[Records from a data collection]
____________
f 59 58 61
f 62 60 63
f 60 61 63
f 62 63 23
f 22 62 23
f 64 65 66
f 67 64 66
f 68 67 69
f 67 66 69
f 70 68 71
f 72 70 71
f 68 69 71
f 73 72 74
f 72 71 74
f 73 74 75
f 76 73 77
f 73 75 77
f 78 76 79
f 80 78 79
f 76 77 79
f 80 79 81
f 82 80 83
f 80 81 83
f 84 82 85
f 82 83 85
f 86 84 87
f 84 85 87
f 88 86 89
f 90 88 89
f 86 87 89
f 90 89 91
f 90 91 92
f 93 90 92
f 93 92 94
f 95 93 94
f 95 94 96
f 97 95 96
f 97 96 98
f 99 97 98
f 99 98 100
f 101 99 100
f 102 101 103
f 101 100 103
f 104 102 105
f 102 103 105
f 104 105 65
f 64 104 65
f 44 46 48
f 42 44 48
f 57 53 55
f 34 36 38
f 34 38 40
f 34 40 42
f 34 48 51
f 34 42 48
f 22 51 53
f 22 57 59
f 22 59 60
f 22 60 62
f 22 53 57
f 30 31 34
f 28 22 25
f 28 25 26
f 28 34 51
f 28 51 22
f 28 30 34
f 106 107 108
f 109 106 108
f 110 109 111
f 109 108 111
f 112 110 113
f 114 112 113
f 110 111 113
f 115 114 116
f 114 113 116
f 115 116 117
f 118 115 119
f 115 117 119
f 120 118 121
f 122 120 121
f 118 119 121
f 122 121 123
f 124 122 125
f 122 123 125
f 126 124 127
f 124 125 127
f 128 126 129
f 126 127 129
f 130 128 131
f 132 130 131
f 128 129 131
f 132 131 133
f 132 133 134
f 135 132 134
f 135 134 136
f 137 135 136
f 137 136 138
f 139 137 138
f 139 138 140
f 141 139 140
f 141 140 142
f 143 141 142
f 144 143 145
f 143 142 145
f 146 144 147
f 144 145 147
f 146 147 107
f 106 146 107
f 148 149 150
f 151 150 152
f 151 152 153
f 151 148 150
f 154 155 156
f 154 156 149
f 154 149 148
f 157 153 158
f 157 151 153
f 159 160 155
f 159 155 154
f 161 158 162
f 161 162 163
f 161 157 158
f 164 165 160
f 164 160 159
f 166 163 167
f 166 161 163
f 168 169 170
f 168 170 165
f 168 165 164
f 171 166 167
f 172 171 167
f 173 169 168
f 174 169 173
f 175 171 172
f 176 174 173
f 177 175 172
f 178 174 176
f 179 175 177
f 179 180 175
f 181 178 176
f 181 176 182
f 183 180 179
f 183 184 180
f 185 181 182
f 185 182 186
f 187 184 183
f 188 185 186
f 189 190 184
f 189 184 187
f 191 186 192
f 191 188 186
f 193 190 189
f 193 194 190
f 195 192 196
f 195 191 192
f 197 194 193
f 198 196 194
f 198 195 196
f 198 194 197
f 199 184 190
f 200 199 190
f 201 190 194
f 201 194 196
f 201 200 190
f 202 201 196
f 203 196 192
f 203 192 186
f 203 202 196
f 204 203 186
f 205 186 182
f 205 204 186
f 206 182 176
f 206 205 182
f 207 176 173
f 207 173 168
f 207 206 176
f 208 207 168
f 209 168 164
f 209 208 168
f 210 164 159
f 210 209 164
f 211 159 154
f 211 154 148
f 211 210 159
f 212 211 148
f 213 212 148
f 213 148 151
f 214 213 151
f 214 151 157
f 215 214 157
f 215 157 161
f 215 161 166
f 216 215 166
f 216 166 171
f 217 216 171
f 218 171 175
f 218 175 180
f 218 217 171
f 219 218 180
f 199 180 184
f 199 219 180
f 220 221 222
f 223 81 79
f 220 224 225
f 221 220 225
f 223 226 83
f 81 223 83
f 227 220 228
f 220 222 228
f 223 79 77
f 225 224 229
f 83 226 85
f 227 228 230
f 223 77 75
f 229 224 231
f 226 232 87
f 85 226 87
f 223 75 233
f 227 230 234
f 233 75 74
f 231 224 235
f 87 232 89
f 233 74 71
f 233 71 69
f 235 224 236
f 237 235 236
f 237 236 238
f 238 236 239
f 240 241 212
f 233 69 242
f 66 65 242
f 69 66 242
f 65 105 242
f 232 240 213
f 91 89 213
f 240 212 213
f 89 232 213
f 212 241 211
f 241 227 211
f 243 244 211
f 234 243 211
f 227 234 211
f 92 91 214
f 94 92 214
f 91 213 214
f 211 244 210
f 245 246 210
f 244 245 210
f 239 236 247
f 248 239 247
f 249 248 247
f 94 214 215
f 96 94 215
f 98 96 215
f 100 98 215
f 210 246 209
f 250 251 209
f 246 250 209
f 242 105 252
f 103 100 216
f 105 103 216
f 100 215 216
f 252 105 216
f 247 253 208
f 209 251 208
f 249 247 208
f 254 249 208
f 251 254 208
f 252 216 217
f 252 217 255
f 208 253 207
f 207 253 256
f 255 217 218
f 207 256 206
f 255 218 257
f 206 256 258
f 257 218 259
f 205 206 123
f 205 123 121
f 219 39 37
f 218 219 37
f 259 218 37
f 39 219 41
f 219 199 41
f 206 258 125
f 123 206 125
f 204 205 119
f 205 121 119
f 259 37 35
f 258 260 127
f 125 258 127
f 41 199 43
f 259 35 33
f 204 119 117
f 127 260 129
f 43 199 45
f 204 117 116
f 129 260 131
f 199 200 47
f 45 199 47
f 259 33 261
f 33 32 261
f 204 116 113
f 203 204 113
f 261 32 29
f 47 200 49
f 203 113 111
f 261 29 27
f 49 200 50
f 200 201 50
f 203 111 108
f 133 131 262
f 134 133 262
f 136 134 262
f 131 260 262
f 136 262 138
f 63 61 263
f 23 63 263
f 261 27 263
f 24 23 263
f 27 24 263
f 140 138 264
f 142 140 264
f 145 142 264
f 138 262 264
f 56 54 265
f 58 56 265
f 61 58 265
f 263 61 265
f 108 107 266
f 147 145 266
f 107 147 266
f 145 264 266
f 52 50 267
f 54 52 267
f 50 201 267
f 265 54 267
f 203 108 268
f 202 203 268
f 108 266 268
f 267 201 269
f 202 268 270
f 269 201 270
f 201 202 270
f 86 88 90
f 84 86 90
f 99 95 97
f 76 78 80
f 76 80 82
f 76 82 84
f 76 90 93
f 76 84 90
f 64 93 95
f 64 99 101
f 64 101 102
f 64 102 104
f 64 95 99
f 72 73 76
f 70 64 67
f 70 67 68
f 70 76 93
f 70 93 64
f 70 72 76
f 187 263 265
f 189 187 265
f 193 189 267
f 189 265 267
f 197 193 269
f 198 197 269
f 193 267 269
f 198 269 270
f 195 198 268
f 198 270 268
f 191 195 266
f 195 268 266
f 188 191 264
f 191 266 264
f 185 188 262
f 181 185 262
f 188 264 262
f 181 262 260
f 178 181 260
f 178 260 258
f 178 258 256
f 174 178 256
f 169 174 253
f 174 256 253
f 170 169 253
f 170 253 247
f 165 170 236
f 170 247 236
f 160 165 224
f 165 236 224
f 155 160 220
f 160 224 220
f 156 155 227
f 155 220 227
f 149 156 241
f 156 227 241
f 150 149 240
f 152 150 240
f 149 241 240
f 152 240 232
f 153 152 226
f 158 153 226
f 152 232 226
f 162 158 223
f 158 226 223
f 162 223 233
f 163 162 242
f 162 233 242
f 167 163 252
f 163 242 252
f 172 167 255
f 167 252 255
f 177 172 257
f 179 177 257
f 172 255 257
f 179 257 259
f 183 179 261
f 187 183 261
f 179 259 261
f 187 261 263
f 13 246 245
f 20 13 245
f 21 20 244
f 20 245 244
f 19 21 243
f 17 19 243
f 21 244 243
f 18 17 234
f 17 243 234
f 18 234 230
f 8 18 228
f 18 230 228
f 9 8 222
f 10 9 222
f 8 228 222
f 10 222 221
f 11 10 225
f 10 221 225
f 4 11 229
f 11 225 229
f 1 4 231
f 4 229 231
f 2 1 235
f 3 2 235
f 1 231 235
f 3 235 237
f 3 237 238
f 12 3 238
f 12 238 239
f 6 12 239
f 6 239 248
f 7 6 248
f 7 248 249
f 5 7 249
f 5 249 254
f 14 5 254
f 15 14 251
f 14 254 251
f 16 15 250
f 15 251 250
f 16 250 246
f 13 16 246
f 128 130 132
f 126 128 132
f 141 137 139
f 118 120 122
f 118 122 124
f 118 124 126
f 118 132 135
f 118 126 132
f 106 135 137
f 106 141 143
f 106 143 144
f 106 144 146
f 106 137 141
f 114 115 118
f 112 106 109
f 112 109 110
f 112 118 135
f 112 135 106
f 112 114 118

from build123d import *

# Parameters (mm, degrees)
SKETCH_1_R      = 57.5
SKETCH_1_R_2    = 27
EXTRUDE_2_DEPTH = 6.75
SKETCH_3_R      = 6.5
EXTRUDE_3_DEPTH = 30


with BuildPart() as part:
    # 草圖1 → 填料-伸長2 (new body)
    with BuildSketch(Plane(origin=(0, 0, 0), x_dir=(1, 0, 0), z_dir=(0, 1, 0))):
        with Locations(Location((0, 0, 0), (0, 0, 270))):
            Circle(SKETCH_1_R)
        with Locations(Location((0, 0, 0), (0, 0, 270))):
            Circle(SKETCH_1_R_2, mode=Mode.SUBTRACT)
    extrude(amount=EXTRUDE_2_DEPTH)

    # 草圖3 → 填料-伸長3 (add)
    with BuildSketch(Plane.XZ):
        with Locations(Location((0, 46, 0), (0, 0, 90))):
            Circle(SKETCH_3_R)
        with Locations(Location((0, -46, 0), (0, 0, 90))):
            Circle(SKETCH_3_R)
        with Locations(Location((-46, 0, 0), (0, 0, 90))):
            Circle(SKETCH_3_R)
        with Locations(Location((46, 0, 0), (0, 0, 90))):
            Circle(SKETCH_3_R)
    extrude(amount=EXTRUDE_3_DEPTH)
____________
Above are the records; copy exactly the lines from the line with "f 193 267 269" through the line with "f 153 152 226", both included.

f 193 267 269
f 198 269 270
f 195 198 268
f 198 270 268
f 191 195 266
f 195 268 266
f 188 191 264
f 191 266 264
f 185 188 262
f 181 185 262
f 188 264 262
f 181 262 260
f 178 181 260
f 178 260 258
f 178 258 256
f 174 178 256
f 169 174 253
f 174 256 253
f 170 169 253
f 170 253 247
f 165 170 236
f 170 247 236
f 160 165 224
f 165 236 224
f 155 160 220
f 160 224 220
f 156 155 227
f 155 220 227
f 149 156 241
f 156 227 241
f 150 149 240
f 152 150 240
f 149 241 240
f 152 240 232
f 153 152 226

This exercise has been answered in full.